This example demonstrates the code entry point pattern using runtime where Python code serves as the entry point instead of an LLM orchestrator.
tools.py::main (deterministic code)
├── calls list_pitchdecks() directly
├── for each deck: runtime.call_agent("pitch_evaluator", ...)
└── writes results directly (Path.write_text)
pitch_evaluator.agent (LLM analysis)
Compare to the LLM-orchestrated version (examples/pitchdeck_eval/):
main.agent (LLM orchestrator)
├── calls list_files() tool
├── for each deck: calls pitch_evaluator agent
└── writes results via filesystem tool
The orchestration logic in this workflow is purely mechanical:
- List PDF files in a directory
- Loop over each file
- Call an analyzer
- Write results to disk
An LLM adds no value to these steps. Using a code entry point:
- Saves tokens: No LLM reasoning for trivial orchestration
- Deterministic: Same input always produces same behavior
- Faster: No LLM latency for the orchestration loop
- Testable: Pure Python functions can be unit tested
The LLM is reserved for what it's good at: evaluating pitch decks.

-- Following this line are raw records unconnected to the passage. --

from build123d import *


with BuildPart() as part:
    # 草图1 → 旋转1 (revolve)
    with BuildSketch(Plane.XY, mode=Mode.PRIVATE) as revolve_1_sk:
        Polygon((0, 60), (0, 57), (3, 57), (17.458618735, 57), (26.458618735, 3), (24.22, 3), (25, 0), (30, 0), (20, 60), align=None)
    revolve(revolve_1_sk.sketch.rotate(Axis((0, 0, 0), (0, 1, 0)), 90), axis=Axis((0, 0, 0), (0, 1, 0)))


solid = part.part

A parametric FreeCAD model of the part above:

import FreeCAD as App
import Part
import Sketcher

V = App.Vector
Q = App.Units.Quantity

doc = App.newDocument("Part")
params = doc.addObject("Spreadsheet::Sheet", "Params")
for row, (alias, value) in enumerate([
    ("sketch1_width", "5 mm"),
    ("sketch1_width2", "20 mm"),
    ("sketch1_height", "3 mm"),
    ("revolution_angle", "360 deg"),
], start=1):
    params.set(f"A{row}", alias)
    params.set(f"B{row}", "=" + value)
    params.setAlias(f"B{row}", alias)

body = doc.addObject("PartDesign::Body", "Body")

# Sketch on XY plane
sketch1 = body.newObject("Sketcher::SketchObject", "Sketch")
sketch1.AttachmentSupport = (doc.getObject("XY_Plane"), [""])
sketch1.MapMode = "FlatFace"
sketch1.addGeometry(Part.LineSegment(V(0, 60, 0), V(0, 57, 0)), False)
sketch1.addGeometry(Part.LineSegment(V(0, 57, 0), V(17.5, 57, 0)), False)
sketch1.addGeometry(Part.LineSegment(V(17.5, 57, 0), V(26.5, 3, 0)), False)
sketch1.addGeometry(Part.LineSegment(V(26.5, 3, 0), V(24.2, 3, 0)), False)
sketch1.addGeometry(Part.LineSegment(V(24.2, 3, 0), V(25, 0, 0)), False)
sketch1.addGeometry(Part.LineSegment(V(25, 0, 0), V(30, 0, 0)), False)
sketch1.addGeometry(Part.LineSegment(V(30, 0, 0), V(20, 60, 0)), False)
sketch1.addGeometry(Part.LineSegment(V(20, 60, 0), V(0, 60, 0)), False)
sketch1.addConstraint(Sketcher.Constraint("Coincident", 0, 2, 1, 1))
sketch1.addConstraint(Sketcher.Constraint("Coincident", 1, 2, 2, 1))
sketch1.addConstraint(Sketcher.Constraint("Coincident", 2, 2, 3, 1))
sketch1.addConstraint(Sketcher.Constraint("Coincident", 3, 2, 4, 1))
sketch1.addConstraint(Sketcher.Constraint("Coincident", 4, 2, 5, 1))
sketch1.addConstraint(Sketcher.Constraint("Coincident", 5, 2, 6, 1))
sketch1.addConstraint(Sketcher.Constraint("Coincident", 6, 2, 7, 1))
sketch1.addConstraint(Sketcher.Constraint("Coincident", 7, 2, 0, 1))
sketch1.addConstraint(Sketcher.Constraint("Vertical", 0))
sketch1.addConstraint(Sketcher.Constraint("Horizontal", 1))
sketch1.addConstraint(Sketcher.Constraint("Horizontal", 3))
sketch1.addConstraint(Sketcher.Constraint("Horizontal", 5))
sketch1.addConstraint(Sketcher.Constraint("Horizontal", 7))
sketch1.addConstraint(Sketcher.Constraint("PointOnObject", 0, 2, -2))
sketch1.addConstraint(Sketcher.Constraint("PointOnObject", 4, 2, -1))
sketch1.addConstraint(Sketcher.Constraint("Parallel", 2, 6))
sketch1.addConstraint(Sketcher.Constraint("DistanceX", 5, 1, 5, 2, Q("5 mm")))
sketch1.addConstraint(Sketcher.Constraint("DistanceX", 7, 2, 7, 1, Q("20 mm")))
sketch1.addConstraint(Sketcher.Constraint("DistanceY", 0, 2, 0, 1, Q("3 mm")))
sketch1.addConstraint(Sketcher.Constraint("DistanceY", -1, 1, 0, 2, Q("57 mm")))
sketch1.addConstraint(Sketcher.Constraint("DistanceY", -1, 1, 2, 2, Q("3 mm")))
sketch1.addConstraint(Sketcher.Constraint("DistanceX", -1, 1, 4, 2, Q("25 mm")))
sketch1.addConstraint(Sketcher.Constraint("DistanceX", -1, 1, 3, 2, Q("24.22 mm")))
sketch1.addConstraint(Sketcher.Constraint("DistanceX", 1, 1, 1, 2, Q("17.458619 mm")))
sketch1.setExpression("Constraints[16]", "Params.sketch1_width")
sketch1.setExpression("Constraints[17]", "Params.sketch1_width2")
sketch1.setExpression("Constraints[18]", "Params.sketch1_height")
revolution = body.newObject("PartDesign::Revolution", "Revolution")
revolution.Profile = sketch1
revolution.ReferenceAxis = (sketch1, ["V_Axis"])
revolution.setExpression("Angle", "Params.revolution_angle")

doc.recompute()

The entry function in tools.py is selected by project.json and receives a
runtime handle, so it can call agents by name:
from llm_do.runtime import CallContext
async def main(_input_data, runtime: CallContext) -> str:
"""Entry point - Python orchestration."""
decks = list_pitchdecks()
for deck in decks:
# Call LLM agent via call_agent
report = await runtime.call_agent(
"pitch_evaluator",
{"input": "Evaluate this pitch deck.", "attachments": [deck["file"]]},
)
# Write result (deterministic)
Path(deck["output_path"]).write_text(report)

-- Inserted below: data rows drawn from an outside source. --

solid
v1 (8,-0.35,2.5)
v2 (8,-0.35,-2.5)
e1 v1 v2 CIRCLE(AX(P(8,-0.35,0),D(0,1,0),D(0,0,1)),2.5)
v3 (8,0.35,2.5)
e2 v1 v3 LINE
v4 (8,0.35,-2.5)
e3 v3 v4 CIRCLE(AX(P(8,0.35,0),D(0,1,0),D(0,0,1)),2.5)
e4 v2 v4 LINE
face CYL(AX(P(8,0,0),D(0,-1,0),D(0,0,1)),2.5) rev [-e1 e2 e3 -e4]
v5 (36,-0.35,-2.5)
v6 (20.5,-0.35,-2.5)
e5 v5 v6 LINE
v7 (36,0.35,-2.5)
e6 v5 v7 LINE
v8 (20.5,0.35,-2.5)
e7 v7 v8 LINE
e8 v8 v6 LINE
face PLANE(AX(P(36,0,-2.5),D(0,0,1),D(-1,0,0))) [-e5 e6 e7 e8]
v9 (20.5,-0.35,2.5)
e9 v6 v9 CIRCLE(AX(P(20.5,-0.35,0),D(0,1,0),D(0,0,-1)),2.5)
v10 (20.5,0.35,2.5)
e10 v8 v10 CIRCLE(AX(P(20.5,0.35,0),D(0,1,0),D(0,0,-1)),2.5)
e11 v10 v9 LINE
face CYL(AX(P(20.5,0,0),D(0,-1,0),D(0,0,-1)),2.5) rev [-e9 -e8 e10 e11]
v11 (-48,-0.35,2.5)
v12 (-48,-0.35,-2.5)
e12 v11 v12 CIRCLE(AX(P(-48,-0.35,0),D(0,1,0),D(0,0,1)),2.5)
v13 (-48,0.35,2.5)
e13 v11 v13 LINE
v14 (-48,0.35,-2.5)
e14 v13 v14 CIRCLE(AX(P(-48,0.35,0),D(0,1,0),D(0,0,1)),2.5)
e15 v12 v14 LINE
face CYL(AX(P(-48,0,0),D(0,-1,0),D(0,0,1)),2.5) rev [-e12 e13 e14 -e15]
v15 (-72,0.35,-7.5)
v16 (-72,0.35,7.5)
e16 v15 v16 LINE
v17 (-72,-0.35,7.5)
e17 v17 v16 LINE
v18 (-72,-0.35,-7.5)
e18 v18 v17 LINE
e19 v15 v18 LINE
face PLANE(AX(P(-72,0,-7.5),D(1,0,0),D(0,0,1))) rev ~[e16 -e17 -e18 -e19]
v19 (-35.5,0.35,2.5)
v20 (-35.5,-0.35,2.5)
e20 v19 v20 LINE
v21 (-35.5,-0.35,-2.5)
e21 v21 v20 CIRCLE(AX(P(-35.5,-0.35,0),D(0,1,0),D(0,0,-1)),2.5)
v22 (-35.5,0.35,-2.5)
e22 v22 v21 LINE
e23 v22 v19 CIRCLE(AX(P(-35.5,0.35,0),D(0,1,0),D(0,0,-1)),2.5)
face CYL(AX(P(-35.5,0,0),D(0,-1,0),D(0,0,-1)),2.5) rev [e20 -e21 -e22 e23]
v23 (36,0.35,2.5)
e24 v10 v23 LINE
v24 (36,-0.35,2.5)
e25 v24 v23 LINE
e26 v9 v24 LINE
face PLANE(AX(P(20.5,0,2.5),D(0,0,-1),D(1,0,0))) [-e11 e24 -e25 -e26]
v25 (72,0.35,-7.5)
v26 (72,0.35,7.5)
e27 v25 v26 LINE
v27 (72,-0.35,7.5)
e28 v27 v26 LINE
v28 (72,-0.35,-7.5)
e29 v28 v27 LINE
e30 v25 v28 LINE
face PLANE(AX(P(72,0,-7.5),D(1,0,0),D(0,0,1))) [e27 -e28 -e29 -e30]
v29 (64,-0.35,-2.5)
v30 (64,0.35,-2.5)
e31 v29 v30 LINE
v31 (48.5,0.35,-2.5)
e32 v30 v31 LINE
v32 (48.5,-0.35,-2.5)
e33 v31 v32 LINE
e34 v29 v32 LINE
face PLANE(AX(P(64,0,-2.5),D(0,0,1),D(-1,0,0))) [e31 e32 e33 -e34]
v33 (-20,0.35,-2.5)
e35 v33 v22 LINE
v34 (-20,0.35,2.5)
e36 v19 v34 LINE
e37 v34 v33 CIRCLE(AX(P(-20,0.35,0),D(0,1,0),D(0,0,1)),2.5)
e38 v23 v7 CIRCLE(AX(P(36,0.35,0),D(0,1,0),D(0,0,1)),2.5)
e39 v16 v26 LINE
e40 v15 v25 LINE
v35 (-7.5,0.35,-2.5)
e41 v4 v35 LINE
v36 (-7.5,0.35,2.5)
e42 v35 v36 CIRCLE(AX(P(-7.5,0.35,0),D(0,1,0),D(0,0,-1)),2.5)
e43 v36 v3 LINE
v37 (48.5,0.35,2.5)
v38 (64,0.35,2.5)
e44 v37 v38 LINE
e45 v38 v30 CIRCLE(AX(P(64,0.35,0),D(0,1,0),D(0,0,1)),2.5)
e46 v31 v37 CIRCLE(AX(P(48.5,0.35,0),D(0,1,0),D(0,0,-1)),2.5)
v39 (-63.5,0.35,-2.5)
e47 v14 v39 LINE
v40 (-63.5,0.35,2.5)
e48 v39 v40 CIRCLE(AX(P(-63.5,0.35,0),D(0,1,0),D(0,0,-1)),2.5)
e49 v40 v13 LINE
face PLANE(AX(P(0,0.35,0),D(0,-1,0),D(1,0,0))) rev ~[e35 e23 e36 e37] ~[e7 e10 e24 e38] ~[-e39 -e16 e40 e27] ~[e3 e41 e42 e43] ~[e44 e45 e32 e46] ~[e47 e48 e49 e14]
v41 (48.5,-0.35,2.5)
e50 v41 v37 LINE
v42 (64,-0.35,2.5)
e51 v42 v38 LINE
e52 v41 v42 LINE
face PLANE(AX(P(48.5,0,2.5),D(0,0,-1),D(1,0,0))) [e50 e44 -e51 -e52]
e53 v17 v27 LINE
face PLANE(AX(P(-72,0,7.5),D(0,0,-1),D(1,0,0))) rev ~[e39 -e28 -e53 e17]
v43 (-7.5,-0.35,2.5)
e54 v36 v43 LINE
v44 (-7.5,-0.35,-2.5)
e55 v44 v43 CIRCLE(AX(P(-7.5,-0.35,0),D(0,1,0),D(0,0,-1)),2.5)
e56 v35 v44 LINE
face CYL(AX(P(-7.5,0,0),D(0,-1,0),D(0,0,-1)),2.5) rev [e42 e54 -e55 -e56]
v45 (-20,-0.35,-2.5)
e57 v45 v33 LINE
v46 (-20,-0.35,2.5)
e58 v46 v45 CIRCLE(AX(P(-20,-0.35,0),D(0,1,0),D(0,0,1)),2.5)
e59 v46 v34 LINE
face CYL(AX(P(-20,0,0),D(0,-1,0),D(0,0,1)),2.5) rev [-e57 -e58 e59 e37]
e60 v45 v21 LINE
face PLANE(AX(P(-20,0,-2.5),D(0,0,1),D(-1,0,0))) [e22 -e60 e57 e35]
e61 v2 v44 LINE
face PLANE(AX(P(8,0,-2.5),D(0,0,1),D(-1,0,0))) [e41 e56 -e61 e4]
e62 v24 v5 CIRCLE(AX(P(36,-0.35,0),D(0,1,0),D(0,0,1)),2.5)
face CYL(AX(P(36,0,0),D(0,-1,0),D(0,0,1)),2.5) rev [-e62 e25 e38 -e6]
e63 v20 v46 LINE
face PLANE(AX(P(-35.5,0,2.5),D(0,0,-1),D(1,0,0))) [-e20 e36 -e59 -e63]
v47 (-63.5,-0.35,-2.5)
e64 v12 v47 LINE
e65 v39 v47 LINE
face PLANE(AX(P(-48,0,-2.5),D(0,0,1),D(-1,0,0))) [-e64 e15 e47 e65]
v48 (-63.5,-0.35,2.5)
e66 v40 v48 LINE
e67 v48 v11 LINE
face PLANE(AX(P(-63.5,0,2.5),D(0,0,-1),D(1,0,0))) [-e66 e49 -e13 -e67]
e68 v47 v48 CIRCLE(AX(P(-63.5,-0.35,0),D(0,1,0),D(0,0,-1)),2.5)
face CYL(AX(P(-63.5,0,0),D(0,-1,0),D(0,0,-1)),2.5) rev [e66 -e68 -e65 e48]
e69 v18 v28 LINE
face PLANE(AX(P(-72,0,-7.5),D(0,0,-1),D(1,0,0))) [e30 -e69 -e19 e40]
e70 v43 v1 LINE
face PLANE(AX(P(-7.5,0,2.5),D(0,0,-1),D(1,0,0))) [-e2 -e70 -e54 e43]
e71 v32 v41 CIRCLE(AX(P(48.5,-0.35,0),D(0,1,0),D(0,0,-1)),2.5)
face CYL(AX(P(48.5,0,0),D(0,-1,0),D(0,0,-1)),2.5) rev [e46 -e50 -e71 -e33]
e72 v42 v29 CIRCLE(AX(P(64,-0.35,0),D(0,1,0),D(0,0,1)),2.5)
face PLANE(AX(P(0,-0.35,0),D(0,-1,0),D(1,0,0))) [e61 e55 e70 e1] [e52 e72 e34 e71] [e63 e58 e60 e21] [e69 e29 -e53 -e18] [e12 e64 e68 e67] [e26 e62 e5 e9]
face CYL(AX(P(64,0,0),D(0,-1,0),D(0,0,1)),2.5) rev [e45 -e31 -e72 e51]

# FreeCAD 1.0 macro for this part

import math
import FreeCAD as App
import Part
import Sketcher
Q = App.Units.Quantity


def add_polygon(sketch, points):
    """Adds a closed chain of lines whose ends are joined by coincident constraints."""
    first, n = sketch.GeometryCount, len(points)
    for a, b in zip(points, points[1:] + points[:1]):
        sketch.addGeometry(Part.LineSegment(App.Vector(*a, 0), App.Vector(*b, 0)), False)
    for i in range(n):
        sketch.addConstraint(Sketcher.Constraint("Coincident", first + i, 2, first + (i + 1) % n, 1))

doc = App.newDocument("Part")
params = doc.addObject("Spreadsheet::Sheet", "Params")
for row, (alias, value) in enumerate([
    ("sketch1_radius", "2.5 mm"),
    ("sketch1_width", "144 mm"),
    ("sketch1_height", "15 mm"),
    ("sketch1_width2", "15.5 mm"),
    ("pad1_length", "0.7 mm"),
], start=1):
    params.set(f"A{row}", alias)
    params.set(f"B{row}", "=" + value)
    params.setAlias(f"B{row}", alias)

body = doc.addObject("PartDesign::Body", "Body")

sketch1 = body.newObject("Sketcher::SketchObject", "Sketch")
sketch1.AttachmentSupport = (doc.getObject("XZ_Plane"), [""])
sketch1.MapMode = "FlatFace"
add_polygon(sketch1, [(-72, 7.5), (-72, -7.5), (72, -7.5), (72, 7.5)])
sketch1.addGeometry(Part.LineSegment(App.Vector(-48, -2.5, 0), App.Vector(-63.5, -2.5, 0)), False)
sketch1.addGeometry(Part.ArcOfCircle(Part.Circle(App.Vector(-63.5, 0, 0), App.Vector(0, 0, 1), 2.5), math.radians(90), math.radians(270)), False)
sketch1.addGeometry(Part.LineSegment(App.Vector(-63.5, 2.5, 0), App.Vector(-48, 2.5, 0)), False)
sketch1.addGeometry(Part.ArcOfCircle(Part.Circle(App.Vector(-48, 0, 0), App.Vector(0, 0, 1), 2.5), math.radians(-90), math.radians(90)), False)
sketch1.addGeometry(Part.LineSegment(App.Vector(-20, -2.5, 0), App.Vector(-35.5, -2.5, 0)), False)
sketch1.addGeometry(Part.ArcOfCircle(Part.Circle(App.Vector(-35.5, 0, 0), App.Vector(0, 0, 1), 2.5), math.radians(90), math.radians(270)), False)
sketch1.addGeometry(Part.LineSegment(App.Vector(-35.5, 2.5, 0), App.Vector(-20, 2.5, 0)), False)
sketch1.addGeometry(Part.ArcOfCircle(Part.Circle(App.Vector(-20, 0, 0), App.Vector(0, 0, 1), 2.5), math.radians(-90), math.radians(90)), False)
sketch1.addGeometry(Part.LineSegment(App.Vector(8, -2.5, 0), App.Vector(-7.5, -2.5, 0)), False)
sketch1.addGeometry(Part.ArcOfCircle(Part.Circle(App.Vector(-7.5, 0, 0), App.Vector(0, 0, 1), 2.5), math.radians(90), math.radians(270)), False)
sketch1.addGeometry(Part.LineSegment(App.Vector(-7.5, 2.5, 0), App.Vector(8, 2.5, 0)), False)
sketch1.addGeometry(Part.ArcOfCircle(Part.Circle(App.Vector(8, 0, 0), App.Vector(0, 0, 1), 2.5), math.radians(-90), math.radians(90)), False)
sketch1.addGeometry(Part.LineSegment(App.Vector(36, -2.5, 0), App.Vector(20.5, -2.5, 0)), False)
sketch1.addGeometry(Part.ArcOfCircle(Part.Circle(App.Vector(20.5, 0, 0), App.Vector(0, 0, 1), 2.5), math.radians(90), math.radians(270)), False)
sketch1.addGeometry(Part.LineSegment(App.Vector(20.5, 2.5, 0), App.Vector(36, 2.5, 0)), False)
sketch1.addGeometry(Part.ArcOfCircle(Part.Circle(App.Vector(36, 0, 0), App.Vector(0, 0, 1), 2.5), math.radians(-90), math.radians(90)), False)
sketch1.addGeometry(Part.LineSegment(App.Vector(64, -2.5, 0), App.Vector(48.5, -2.5, 0)), False)
sketch1.addGeometry(Part.ArcOfCircle(Part.Circle(App.Vector(48.5, 0, 0), App.Vector(0, 0, 1), 2.5), math.radians(90), math.radians(270)), False)
sketch1.addGeometry(Part.LineSegment(App.Vector(48.5, 2.5, 0), App.Vector(64, 2.5, 0)), False)
sketch1.addGeometry(Part.ArcOfCircle(Part.Circle(App.Vector(64, 0, 0), App.Vector(0, 0, 1), 2.5), math.radians(-90), math.radians(90)), False)
sketch1.addConstraint(Sketcher.Constraint("Tangent", 4, 2, 5, 2))
sketch1.addConstraint(Sketcher.Constraint("Tangent", 5, 1, 6, 1))
sketch1.addConstraint(Sketcher.Constraint("Tangent", 6, 2, 7, 2))
sketch1.addConstraint(Sketcher.Constraint("Tangent", 7, 1, 4, 1))
sketch1.addConstraint(Sketcher.Constraint("Tangent", 8, 2, 9, 2))
sketch1.addConstraint(Sketcher.Constraint("Tangent", 9, 1, 10, 1))
sketch1.addConstraint(Sketcher.Constraint("Tangent", 10, 2, 11, 2))
sketch1.addConstraint(Sketcher.Constraint("Tangent", 11, 1, 8, 1))
sketch1.addConstraint(Sketcher.Constraint("Tangent", 12, 2, 13, 2))
sketch1.addConstraint(Sketcher.Constraint("Tangent", 13, 1, 14, 1))
sketch1.addConstraint(Sketcher.Constraint("Tangent", 14, 2, 15, 2))
sketch1.addConstraint(Sketcher.Constraint("Tangent", 15, 1, 12, 1))
sketch1.addConstraint(Sketcher.Constraint("Tangent", 16, 2, 17, 2))
sketch1.addConstraint(Sketcher.Constraint("Tangent", 17, 1, 18, 1))
sketch1.addConstraint(Sketcher.Constraint("Tangent", 18, 2, 19, 2))
sketch1.addConstraint(Sketcher.Constraint("Tangent", 19, 1, 16, 1))
sketch1.addConstraint(Sketcher.Constraint("Tangent", 20, 2, 21, 2))
sketch1.addConstraint(Sketcher.Constraint("Tangent", 21, 1, 22, 1))
sketch1.addConstraint(Sketcher.Constraint("Tangent", 22, 2, 23, 2))
sketch1.addConstraint(Sketcher.Constraint("Tangent", 23, 1, 20, 1))
sketch1.addConstraint(Sketcher.Constraint("Vertical", 0))
sketch1.addConstraint(Sketcher.Constraint("Horizontal", 1))
sketch1.addConstraint(Sketcher.Constraint("Vertical", 2))
sketch1.addConstraint(Sketcher.Constraint("Horizontal", 3))
sketch1.addConstraint(Sketcher.Constraint("Horizontal", 4))
sketch1.addConstraint(Sketcher.Constraint("Horizontal", 6))
sketch1.addConstraint(Sketcher.Constraint("Horizontal", 8))
sketch1.addConstraint(Sketcher.Constraint("Horizontal", 10))
sketch1.addConstraint(Sketcher.Constraint("Horizontal", 12))
sketch1.addConstraint(Sketcher.Constraint("Horizontal", 14))
sketch1.addConstraint(Sketcher.Constraint("Horizontal", 16))
sketch1.addConstraint(Sketcher.Constraint("Horizontal", 18))
sketch1.addConstraint(Sketcher.Constraint("Horizontal", 20))
sketch1.addConstraint(Sketcher.Constraint("Horizontal", 22))
sketch1.addConstraint(Sketcher.Constraint("Equal", 7, 9))
sketch1.addConstraint(Sketcher.Constraint("Equal", 11, 13))
sketch1.addConstraint(Sketcher.Constraint("Equal", 15, 17))
sketch1.addConstraint(Sketcher.Constraint("Equal", 19, 21))
sketch1.addConstraint(Sketcher.Constraint("Symmetric", 0, 2, 2, 2, -1, 1))
sketch1.addConstraint(Sketcher.Constraint("PointOnObject", 5, 3, -1))
sketch1.addConstraint(Sketcher.Constraint("PointOnObject", 9, 3, -1))
sketch1.addConstraint(Sketcher.Constraint("PointOnObject", 13, 3, -1))
sketch1.addConstraint(Sketcher.Constraint("PointOnObject", 17, 3, -1))
sketch1.addConstraint(Sketcher.Constraint("PointOnObject", 21, 3, -1))
sketch1.addConstraint(Sketcher.Constraint("Equal", 6, 8))
sketch1.addConstraint(Sketcher.Constraint("Equal", 10, 12))
sketch1.addConstraint(Sketcher.Constraint("Equal", 14, 16))
sketch1.addConstraint(Sketcher.Constraint("Equal", 18, 20))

return f"Evaluated {len(decks)} pitch deck(s)"The runtime.call_agent() method accepts either:
- An agent name (string) - looks up the agent in the registry (populated from
.agentfiles) - An
AgentSpecinstance - invokes the agent directly
Entry functions are trusted code, but agent calls still go through the tool
plane and respect approval policies/toolset configs (for parity and
observability). Use approval_mode: "prompt" in project.json if you want
interactive approvals.
pip install -e . # llm-do from repo root
export ANTHROPIC_API_KEY=...# Run from anywhere - no cd needed
llm-do examples/pitchdeck_eval_code_entry/project.json
# Or with uv
uv run llm-do examples/pitchdeck_eval_code_entry/project.jsonFile paths (input/, evaluations/) resolve relative to where tools.py lives,
matching how filesystem_project works for agent files.
To use a different model, edit the model: field in pitch_evaluator.agent (must support PDF/vision).
pitchdeck_eval_code_entry/
├── project.json # Manifest defining entry point and files
├── tools.py # Code entry point: main() + list_pitchdecks()
├── pitch_evaluator.agent # LLM evaluator
├── input/ # Drop PDFs here
└── evaluations/ # Reports written here
This example represents "full stabilizing" - only LLM calls are for actual analysis:
Original LLM-Orchestrated Code Entry Point
─────────────────────────────────────────────────────────────────────
LLM lists files → Python tool → Python tool
LLM generates slugs → Python tool → Python tool
LLM orchestrates → LLM orchestrates → Python code
LLM evaluates → LLM evaluates → LLM evaluates
Choose the right level based on your needs:
- LLM-Orchestrated: Mechanical tasks in Python, orchestration in LLM
- Code Entry Point: Only reasoning tasks use LLM tokens
See also examples/pitchdeck_eval_direct/ for running the same pattern directly from Python without the CLI.
If you embed this manifest flow programmatically, use project-layer APIs:
llm_do.project.build_registry(...), llm_do.project.resolve_entry(...), and
llm_do.project.build_registry_host_wiring(project_root).